B.P.R.D. - The Devil You Know #13B.P.R.D. – The Devil You Know #13 [Dark Horse Comics]
Scénario de Mike Mignola & Scott Allie
Dessins de Laurence Campbell
Parution aux USA le mercredi 6 février 2019

Le Mignolaverse nous a habitué à une « horreur intime », puisée dans les récits d’Edgar Allan Poe ou d’Howard Phillips Lovecraft. Depuis des décennies Hellboy, le B.P.R.D. ou les autres héros qui composent cette mythologie affrontent plus volontiers des créatures hideuses et démoniaques dans des églises désaffectées, des manoirs peuplées d’ombres, d’anciens tombeaux, peut-être quelques bourgades à l’occasion… Ils défendent le monde mais loin du monde, se battant justement pour que les abominations n’approchent pas « la ville » au sens ancien. Avec The Devil You Know, Mike Mignola et Scott Allie ont fait voler cette barrière en éclat. La fin probable, imminente, du monde est là et elle frappe donc le monde dans son ensemble. Et là-dessus les deux scénaristes s’y entendent pour faire monter les enjeux. Après quelques épisodes passés à essayer d’atteindre le centre de New York, envahie par des armées de démons, Hellboy et sa clique ont désormais réalisé que ce n’est jamais qu’une « borne » parmi d’autres à travers le monde. C’est la planète entière qui sombre dans la démence, dans le Ragnarok, sous l’emprise des Ogrdu Hem. On n’est plus dans un schéma à la Ghostbusters (« allez tuer la bestiole et refermez le portail en haut de l’immeuble et ce sera gagné ») mais dans quelque chose qui a carrément une autre dimension, tandis que les auteurs donnent véritablement l’impression de refermer la boucle, comme si toutes les histoires depuis le premier récit d’Hellboy avaient convergées vers ce qui ressemble à cette conclusion. Et Hellboy de réaliser qu’après des décennies à s’être détesté pour être, potentiellement, la menace qui détruira un jour le monde… l’Apocalypse est bien là mais qu’il n’en est pas (à ce stade) le responsable. Ce qui donne d’ailleurs un intéressant contrechamp après l’apathie qui était la sienne ces derniers mois, un peu perturbé par son « retour ». Hellboy reprend de l’intérêt aux choses dès lors qu’elles ne lui paraissent plus écrites d’avance. Mais peut-il changer quoi que ce soit aux événements qui approchent ?

« This is a fight we all started twenty five years ago. »

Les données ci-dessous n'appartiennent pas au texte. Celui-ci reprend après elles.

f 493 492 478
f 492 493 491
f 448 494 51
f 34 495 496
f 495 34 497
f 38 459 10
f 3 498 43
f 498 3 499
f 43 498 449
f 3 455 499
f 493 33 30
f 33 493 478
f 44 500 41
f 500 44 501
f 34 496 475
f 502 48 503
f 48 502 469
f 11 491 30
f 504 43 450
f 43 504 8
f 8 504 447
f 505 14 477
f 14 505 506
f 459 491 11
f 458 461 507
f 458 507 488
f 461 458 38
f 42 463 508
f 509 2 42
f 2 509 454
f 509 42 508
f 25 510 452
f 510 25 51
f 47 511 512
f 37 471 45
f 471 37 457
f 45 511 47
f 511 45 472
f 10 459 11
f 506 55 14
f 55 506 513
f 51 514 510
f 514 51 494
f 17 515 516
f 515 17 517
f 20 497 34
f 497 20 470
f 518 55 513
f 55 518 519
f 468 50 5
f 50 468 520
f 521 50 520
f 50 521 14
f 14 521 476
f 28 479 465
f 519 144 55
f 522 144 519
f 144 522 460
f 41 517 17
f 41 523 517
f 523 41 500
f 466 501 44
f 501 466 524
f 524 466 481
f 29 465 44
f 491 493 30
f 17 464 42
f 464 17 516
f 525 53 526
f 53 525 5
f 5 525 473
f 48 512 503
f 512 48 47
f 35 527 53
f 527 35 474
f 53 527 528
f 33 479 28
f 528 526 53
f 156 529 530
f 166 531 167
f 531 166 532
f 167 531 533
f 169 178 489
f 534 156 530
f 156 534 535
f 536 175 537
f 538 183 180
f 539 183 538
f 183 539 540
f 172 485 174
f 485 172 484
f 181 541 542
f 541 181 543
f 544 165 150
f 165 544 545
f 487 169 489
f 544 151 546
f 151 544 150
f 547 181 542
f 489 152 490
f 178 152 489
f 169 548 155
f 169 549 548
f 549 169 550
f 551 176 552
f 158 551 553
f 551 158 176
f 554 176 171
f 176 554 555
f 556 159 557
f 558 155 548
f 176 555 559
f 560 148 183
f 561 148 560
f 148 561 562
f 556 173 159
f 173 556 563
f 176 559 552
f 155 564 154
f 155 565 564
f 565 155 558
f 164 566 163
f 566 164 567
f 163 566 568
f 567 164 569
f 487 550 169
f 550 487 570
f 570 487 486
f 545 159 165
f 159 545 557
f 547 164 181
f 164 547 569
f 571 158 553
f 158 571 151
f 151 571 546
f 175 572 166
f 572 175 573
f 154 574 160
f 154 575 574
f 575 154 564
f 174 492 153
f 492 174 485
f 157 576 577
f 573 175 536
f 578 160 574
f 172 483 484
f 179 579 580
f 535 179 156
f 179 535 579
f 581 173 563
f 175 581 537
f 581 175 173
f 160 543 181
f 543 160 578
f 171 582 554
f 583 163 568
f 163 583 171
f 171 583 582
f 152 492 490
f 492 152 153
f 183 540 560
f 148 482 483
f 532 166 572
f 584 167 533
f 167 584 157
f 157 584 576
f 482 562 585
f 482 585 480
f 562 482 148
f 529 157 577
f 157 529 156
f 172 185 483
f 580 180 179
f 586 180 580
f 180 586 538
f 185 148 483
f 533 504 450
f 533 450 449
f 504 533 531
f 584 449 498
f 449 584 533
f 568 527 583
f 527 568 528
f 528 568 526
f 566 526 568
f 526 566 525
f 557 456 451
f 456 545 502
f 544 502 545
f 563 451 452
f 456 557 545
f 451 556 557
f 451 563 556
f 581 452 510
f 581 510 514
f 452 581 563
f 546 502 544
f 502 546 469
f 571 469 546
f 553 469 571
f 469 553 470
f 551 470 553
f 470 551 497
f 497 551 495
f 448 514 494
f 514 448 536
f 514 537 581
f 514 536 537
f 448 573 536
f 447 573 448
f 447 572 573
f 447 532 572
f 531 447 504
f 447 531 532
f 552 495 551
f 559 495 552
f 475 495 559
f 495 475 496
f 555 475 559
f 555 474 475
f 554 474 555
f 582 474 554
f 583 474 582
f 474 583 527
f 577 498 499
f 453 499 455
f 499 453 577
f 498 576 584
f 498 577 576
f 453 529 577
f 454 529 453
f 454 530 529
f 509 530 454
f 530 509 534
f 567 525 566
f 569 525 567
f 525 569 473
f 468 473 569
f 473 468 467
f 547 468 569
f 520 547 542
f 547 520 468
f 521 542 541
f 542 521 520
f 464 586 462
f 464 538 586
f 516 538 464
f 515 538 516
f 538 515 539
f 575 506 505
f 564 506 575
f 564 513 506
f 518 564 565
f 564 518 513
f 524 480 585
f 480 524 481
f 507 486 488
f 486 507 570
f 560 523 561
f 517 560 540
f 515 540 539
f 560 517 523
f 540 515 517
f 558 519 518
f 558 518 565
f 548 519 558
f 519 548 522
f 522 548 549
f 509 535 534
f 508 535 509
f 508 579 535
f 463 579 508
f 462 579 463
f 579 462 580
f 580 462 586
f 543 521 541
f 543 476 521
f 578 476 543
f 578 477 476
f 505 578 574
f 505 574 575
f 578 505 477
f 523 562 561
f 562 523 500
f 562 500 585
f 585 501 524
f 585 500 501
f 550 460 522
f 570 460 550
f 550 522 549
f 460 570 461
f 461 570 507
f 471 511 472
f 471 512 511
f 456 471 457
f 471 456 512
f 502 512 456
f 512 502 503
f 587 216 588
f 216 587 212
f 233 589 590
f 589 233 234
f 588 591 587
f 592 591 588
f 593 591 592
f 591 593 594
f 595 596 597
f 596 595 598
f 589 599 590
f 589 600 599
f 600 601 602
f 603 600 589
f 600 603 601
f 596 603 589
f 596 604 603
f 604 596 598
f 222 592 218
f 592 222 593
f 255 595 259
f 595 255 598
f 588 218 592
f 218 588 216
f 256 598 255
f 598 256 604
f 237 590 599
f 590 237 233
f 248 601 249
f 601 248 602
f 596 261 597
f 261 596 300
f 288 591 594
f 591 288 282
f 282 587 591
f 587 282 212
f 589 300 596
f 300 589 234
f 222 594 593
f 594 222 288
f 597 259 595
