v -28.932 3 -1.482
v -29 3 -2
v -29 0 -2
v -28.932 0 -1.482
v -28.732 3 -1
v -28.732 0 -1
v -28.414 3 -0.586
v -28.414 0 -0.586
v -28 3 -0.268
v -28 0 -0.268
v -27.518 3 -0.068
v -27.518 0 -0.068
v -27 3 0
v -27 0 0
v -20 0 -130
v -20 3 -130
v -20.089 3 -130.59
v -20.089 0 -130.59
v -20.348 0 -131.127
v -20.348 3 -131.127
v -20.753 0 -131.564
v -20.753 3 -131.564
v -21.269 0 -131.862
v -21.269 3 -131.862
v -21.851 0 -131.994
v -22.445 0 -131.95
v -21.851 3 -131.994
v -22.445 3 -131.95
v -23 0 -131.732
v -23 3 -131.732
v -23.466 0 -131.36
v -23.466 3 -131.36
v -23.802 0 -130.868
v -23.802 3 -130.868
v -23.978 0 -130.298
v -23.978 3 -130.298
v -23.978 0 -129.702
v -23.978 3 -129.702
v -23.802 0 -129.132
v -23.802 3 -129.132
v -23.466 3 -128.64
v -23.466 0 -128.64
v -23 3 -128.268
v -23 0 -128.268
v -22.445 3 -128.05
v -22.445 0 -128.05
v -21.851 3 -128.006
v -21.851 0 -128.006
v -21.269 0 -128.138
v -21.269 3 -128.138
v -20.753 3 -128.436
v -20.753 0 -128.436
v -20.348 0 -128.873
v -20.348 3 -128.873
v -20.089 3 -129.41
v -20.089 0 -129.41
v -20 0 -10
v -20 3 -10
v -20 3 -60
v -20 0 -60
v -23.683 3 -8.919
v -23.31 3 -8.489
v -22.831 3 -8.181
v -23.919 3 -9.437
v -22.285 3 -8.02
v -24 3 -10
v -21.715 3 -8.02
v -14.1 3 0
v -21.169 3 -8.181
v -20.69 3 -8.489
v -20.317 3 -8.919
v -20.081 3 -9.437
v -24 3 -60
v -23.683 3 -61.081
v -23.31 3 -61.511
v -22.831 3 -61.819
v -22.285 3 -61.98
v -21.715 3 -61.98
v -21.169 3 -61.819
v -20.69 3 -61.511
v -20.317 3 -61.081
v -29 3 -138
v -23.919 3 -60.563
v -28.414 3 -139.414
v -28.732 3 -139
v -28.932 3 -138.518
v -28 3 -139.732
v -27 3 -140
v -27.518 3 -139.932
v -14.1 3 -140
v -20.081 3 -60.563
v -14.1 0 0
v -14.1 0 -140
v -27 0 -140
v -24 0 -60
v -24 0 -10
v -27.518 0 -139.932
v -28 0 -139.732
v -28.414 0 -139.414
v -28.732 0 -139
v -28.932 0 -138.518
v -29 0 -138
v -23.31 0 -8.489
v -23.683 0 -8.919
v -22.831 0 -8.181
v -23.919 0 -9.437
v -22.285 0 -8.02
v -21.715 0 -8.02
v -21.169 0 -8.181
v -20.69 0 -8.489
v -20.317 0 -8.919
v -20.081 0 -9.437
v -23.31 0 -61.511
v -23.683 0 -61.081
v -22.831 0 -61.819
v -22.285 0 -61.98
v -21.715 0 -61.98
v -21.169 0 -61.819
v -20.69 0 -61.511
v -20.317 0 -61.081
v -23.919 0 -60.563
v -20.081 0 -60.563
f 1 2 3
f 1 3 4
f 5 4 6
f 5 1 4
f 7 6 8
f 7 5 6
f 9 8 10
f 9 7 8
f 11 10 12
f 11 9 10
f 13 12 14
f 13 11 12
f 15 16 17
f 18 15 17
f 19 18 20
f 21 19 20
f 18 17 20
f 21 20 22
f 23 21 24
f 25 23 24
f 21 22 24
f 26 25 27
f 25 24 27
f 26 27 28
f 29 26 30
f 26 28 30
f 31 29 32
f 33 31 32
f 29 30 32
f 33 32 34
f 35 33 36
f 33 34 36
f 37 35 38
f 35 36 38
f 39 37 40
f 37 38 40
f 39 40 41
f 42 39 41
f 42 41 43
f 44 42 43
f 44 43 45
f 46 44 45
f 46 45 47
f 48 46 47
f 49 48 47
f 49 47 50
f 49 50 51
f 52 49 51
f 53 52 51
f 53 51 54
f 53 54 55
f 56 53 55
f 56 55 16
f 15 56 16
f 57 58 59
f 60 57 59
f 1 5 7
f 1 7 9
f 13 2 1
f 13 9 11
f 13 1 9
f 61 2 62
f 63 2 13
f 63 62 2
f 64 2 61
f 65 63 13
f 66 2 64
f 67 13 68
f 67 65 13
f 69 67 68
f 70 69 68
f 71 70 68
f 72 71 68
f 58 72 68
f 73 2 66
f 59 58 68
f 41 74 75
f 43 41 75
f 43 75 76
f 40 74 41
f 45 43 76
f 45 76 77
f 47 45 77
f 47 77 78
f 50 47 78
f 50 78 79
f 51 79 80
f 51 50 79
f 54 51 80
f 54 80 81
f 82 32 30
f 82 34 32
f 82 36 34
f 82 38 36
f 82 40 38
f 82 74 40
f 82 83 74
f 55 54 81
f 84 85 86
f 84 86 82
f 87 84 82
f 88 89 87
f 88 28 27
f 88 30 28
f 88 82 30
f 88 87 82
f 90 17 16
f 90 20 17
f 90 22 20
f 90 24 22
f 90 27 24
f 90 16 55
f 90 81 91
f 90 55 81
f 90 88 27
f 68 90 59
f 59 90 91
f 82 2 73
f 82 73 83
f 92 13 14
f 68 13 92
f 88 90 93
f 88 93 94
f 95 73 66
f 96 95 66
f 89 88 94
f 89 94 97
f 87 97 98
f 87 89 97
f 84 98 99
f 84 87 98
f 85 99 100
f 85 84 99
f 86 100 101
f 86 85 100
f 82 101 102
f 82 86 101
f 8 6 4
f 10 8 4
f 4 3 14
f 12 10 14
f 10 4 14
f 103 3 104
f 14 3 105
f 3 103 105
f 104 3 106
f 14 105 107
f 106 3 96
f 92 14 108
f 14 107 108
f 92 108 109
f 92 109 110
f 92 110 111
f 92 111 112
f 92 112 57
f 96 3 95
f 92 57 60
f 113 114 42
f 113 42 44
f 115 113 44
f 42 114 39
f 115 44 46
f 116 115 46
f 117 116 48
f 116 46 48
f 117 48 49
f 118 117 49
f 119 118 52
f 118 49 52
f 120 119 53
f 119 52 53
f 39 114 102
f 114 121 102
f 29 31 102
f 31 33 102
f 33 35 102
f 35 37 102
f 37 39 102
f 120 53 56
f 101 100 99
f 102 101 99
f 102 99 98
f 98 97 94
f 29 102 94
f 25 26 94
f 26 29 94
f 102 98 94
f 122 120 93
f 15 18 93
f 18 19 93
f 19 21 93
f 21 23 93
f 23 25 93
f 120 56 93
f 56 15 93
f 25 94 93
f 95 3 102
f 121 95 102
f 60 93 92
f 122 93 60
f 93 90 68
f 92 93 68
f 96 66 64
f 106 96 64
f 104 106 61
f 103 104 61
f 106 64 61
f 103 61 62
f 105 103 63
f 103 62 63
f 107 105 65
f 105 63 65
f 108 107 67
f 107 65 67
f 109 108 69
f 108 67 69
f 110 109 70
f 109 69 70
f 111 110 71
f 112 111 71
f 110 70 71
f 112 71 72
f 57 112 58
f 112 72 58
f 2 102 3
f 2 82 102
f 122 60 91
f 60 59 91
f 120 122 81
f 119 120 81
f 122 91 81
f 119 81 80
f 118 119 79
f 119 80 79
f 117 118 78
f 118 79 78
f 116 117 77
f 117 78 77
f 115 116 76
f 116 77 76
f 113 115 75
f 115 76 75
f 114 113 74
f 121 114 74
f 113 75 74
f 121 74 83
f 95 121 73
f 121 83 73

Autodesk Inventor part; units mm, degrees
ref_plane "YZ Plane" through (0, 0, 0) normal (1, 0, 0) x (0, 1, 0)
ref_plane "XZ Plane" through (0, 0, 0) normal (0, 1, 0) x (-1, 0, 0)
ref_plane "XY Plane" through (0, 0, 0) normal (0, 0, 1) x (1, 0, 0)
sketch "草圖1" plane through (0, 0, 0) normal (0, 1, 0) x (-1, 0, 0)
  line L0 (0, 0) -> (0, -140)
  line L1 (15, -140) -> (15, 0)
  line L2 (6, 0) -> (6, 3)
  line L3 (6, 3) -> (14.1, 3)
  line L4 (14.1, 3) -> (14.1, 0)
  line L5 (15, 0) -> (14.1, 0)
  line L6 (6, 0) -> (0, 0)
  line L7 (6, -140) -> (6, -143)
  line L8 (6, -143) -> (14.1, -143)
  line L9 (14.1, -143) -> (14.1, -140)
  line L10 (0, -140) -> (6, -140)
  line L11 (14.1, -140) -> (15, -140)
  dimension "d1" = 15
  dimension "d2" = 3
  dimension "d3" = 8.1
  dimension "d4" = 6
  dimension "d5" = 3
  dimension "d6" = 140
  dimension "d7" = 6
  dimension "d8" = 8.1
  dimension "d9" = 15
  dimension "d10" = 140
extrude "擠出1" add sketch "草圖1" along normal blind 3
sketch "草圖2" plane through (0, 3, 0) normal (0, 1, 0) x (1, 0, 0)
  line L0 (-11, 1) -> (-8, 1)
  line L1 (-8, 1) -> (-8, 7)
  line L2 (-8, 7) -> (-11, 7)
  line L3 (-11, 7) -> (-11, 1)
  line L4 (0, 0) -> (0, 140) projected
  line L5 (-6, 0) -> (0, 0) projected
  line L6 (-11, 133) -> (-8, 133)
  line L7 (-8, 133) -> (-8, 139)
  line L8 (-8, 139) -> (-11, 139)
  line L9 (-11, 139) -> (-11, 133)
  line L10 (0, 140) -> (-6, 140) projected
  line L11 (-15, 140) -> (-15, 0) projected
  dimension "d13" = 6
  dimension "d14" = 3
  dimension "d16" = 1
  dimension "d17" = 6
  dimension "d18" = 3
  dimension "d20" = 1
  dimension "d33" = 4
  dimension "d34" = 4
extrude "擠出2" cut sketch "草圖2" against normal up to surface (3 mm away)
sketch "草圖4" plane through (0, 3, 0) normal (0, 1, 0) x (1, 0, 0)
  line L0 (-27, 0) -> (-15, 0)
  line L1 (-15, 0) -> (-15, 140)
  line L2 (-15, 140) -> (-27, 140)
  line L3 (-29, 138) -> (-29, 2)
  line L4 (-15, 140) -> (-15, 0) projected
  line L5 (0, 140) -> (-6, 140) projected
  line L6 (-6, 0) -> (0, 0) projected
  line L7 (-22, 10) -> (-22, 60) construction
  line L8 (-20, 10) -> (-20, 60)
  line L9 (-24, 60) -> (-24, 10)
  arc A0 (-24, 10) -> (-20, 10) centre (-22, 10) ccw
  arc A1 (-20, 60) -> (-24, 60) centre (-22, 60) ccw
  circle A2 centre (-22, 130) radius 2
  arc A3 (-29, 2) -> (-27, 0) centre (-27, 2) ccw
  arc A4 (-27, 140) -> (-29, 138) centre (-27, 138) ccw
  point P0 (-22, 35)
  dimension "d23" = 14
  dimension "d24" = 4
  dimension "d25" = 50
  dimension "d26" = 5
  dimension "d27" = 10
  dimension "d29" = 2
  dimension "d32" = 10
extrude "擠出3" add sketch "草圖4" against normal up to surface (3 mm away)
sketch "草圖6" plane through (0, 3, 0) normal (0, 1, 0) x (1, 0, 0)
  circle A0 centre (-22, 130) radius 2 projected
  arc A1 (-24, 10) -> (-20, 10) centre (-22, 10) ccw projected
  line L0 (-24, 10) -> (-24, 60) projected
  arc A2 (-20, 60) -> (-24, 60) centre (-22, 60) ccw projected
  line L1 (-20, 60) -> (-20, 10) projected
  line L2 (-8, 7) -> (-8, 1) projected
  line L3 (-8, 1) -> (-11, 1) projected
  line L4 (-11, 1) -> (-11, 7) projected
  line L5 (-11, 7) -> (-8, 7) projected
  line L6 (-8, 133) -> (-11, 133) projected
  line L7 (-11, 133) -> (-11, 139) projected
  line L8 (-11, 139) -> (-8, 139) projected
  line L9 (-8, 139) -> (-8, 133) projected
  line L10 (0, 0) -> (0, 140) projected
  line L11 (0, 140) -> (-6, 140) projected
  line L12 (-6, 140) -> (-6, 143) projected
  line L13 (-6, 143) -> (-14.1, 143) projected
  line L14 (-14.1, 143) -> (-14.1, 140) projected
  line L15 (-14.1, 140) -> (-27, 140) projected
  arc A3 (-27, 140) -> (-29, 138) centre (-27, 138) ccw projected
  line L16 (-29, 138) -> (-29, 2) projected
  arc A4 (-29, 2) -> (-27, 0) centre (-27, 2) ccw projected
  line L17 (-27, 0) -> (-14.1, 0) projected
  line L18 (-14.1, 0) -> (-14.1, -3) projected
  line L19 (-14.1, -3) -> (-6, -3) projected
  line L20 (-6, -3) -> (-6, 0) projected
  line L21 (-6, 0) -> (0, 0) projected
  line L22 (-6, 140) -> (-6, 143) projected
  line L23 (-6, 0) -> (-6, 140)
extrude "擠出4" cut sketch "草圖6" against normal blind 3 contours L21 L23 L11 L10
ref_plane "工作平面1" through (-22, 3, -10) normal (1, 0, 0) x (0, 0, -1)
sketch "草圖8" plane through (0, 3, 0) normal (0, 1, 0) x (1, 0, 0)
  line L0 (-14.1, 140) -> (-27, 140) projected
  line L1 (-14.1, 140) -> (-14.1, 0)
  line L2 (-6, -3) -> (-6, 143) projected
  line L3 (-6, 143) -> (-14.1, 143) projected
  line L4 (-14.1, 143) -> (-14.1, 140) projected
  line L5 (-14.1, 140) -> (-27, 140) projected
  arc A0 (-27, 140) -> (-29, 138) centre (-27, 138) ccw projected
  line L6 (-29, 138) -> (-29, 2) projected
  arc A1 (-29, 2) -> (-27, 0) centre (-27, 2) ccw projected
  line L7 (-27, 0) -> (-14.1, 0) projected
  line L8 (-14.1, 0) -> (-14.1, -3) projected
  line L9 (-14.1, -3) -> (-6, -3) projected
  circle A2 centre (-22, 130) radius 2 projected
  arc A3 (-24, 10) -> (-20, 10) centre (-22, 10) ccw projected
  line L10 (-24, 10) -> (-24, 60) projected
  arc A4 (-20, 60) -> (-24, 60) centre (-22, 60) ccw projected
  line L11 (-20, 60) -> (-20, 10) projected
  line L12 (-8, 7) -> (-8, 1) projected
  line L13 (-8, 1) -> (-11, 1) projected
  line L14 (-11, 1) -> (-11, 7) projected
  line L15 (-11, 7) -> (-8, 7) projected
  line L16 (-8, 133) -> (-11, 133) projected
  line L17 (-11, 133) -> (-11, 139) projected
  line L18 (-11, 139) -> (-8, 139) projected
  line L19 (-8, 139) -> (-8, 133) projected
  point P0 (0, 0)
extrude "擠出5" cut sketch "草圖8" against normal up to surface (3 mm away) contours L4 L3 L2 L9 L8 L1
equation "\"d10\" = d6"
equation "\"d20\" = d16"
properties part number "chassis_1_2_up"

Dans les épisodes précédents, il y avait une phase de la « bataille de New York » où Laurence Campbell, aux dessins, était peut-être moins à l’aise. La chorégraphie des combats, utilisant Liz comme un personnage volant et enflammé pour repousser les hordes de l’enfer avait quelque chose d’un poil super-héroïque, un peu incongru dans le registre habituel du BPRD. Là, bien qu’il y ait d’hideuses créatures tentaculaires grosses comme des immeubles et quelques scènes d’action, il n’en reste pas moins que la tonalité de l’épisode est un peu comme un œil du cyclone. Même si quelques personnages disparaissent encore, même s’il serait faux de dire qu’il ne se passe rien et que les héros sont « tranquilles », les guerriers reprennent leur souffle avant ce qui sera l’opération de la dernière chance ou, plus probablement, un dernier baroud d’honneur. Et à ce stade, c’est là toute la force du creator-owned par rapport à une série détenue par les major compagnies qui continuera coûte que coûte pour vendre des jouets et des variants covers. Un peu à l’instar de Robert Kirkman dans les derniers temps d’Invincible, Mignola et ses ouailles peuvent tout se permettre. Bien malin qui pourrait parier qu’au bout de la route il n’y a pas réellement une Apocalypse finale, sans retour. Après tous les scénaristes pourraient bien éteindre leur univers et continuer via des mini-séries annexes, de raconter le passé des héros (à la manière de ce qui s’est passé quand Hellboy était en enfer, d’autant que les pages éditoriales promettent du nouveau, un changement de cap sur ce terrain). Ou bien peut-être qu’il y aura à la fin une happy end, une scène où Hellboy et Liz s’en vont dans le lointain après avoir éradiqué tout Mal sur Terre ? Tout est possible. Mais pour l’heure, c’est un sentiment de fin imminente. Il ne reste que deux épisodes à la série et les auteurs peuvent tout se permettre…

[Xavier Fournier]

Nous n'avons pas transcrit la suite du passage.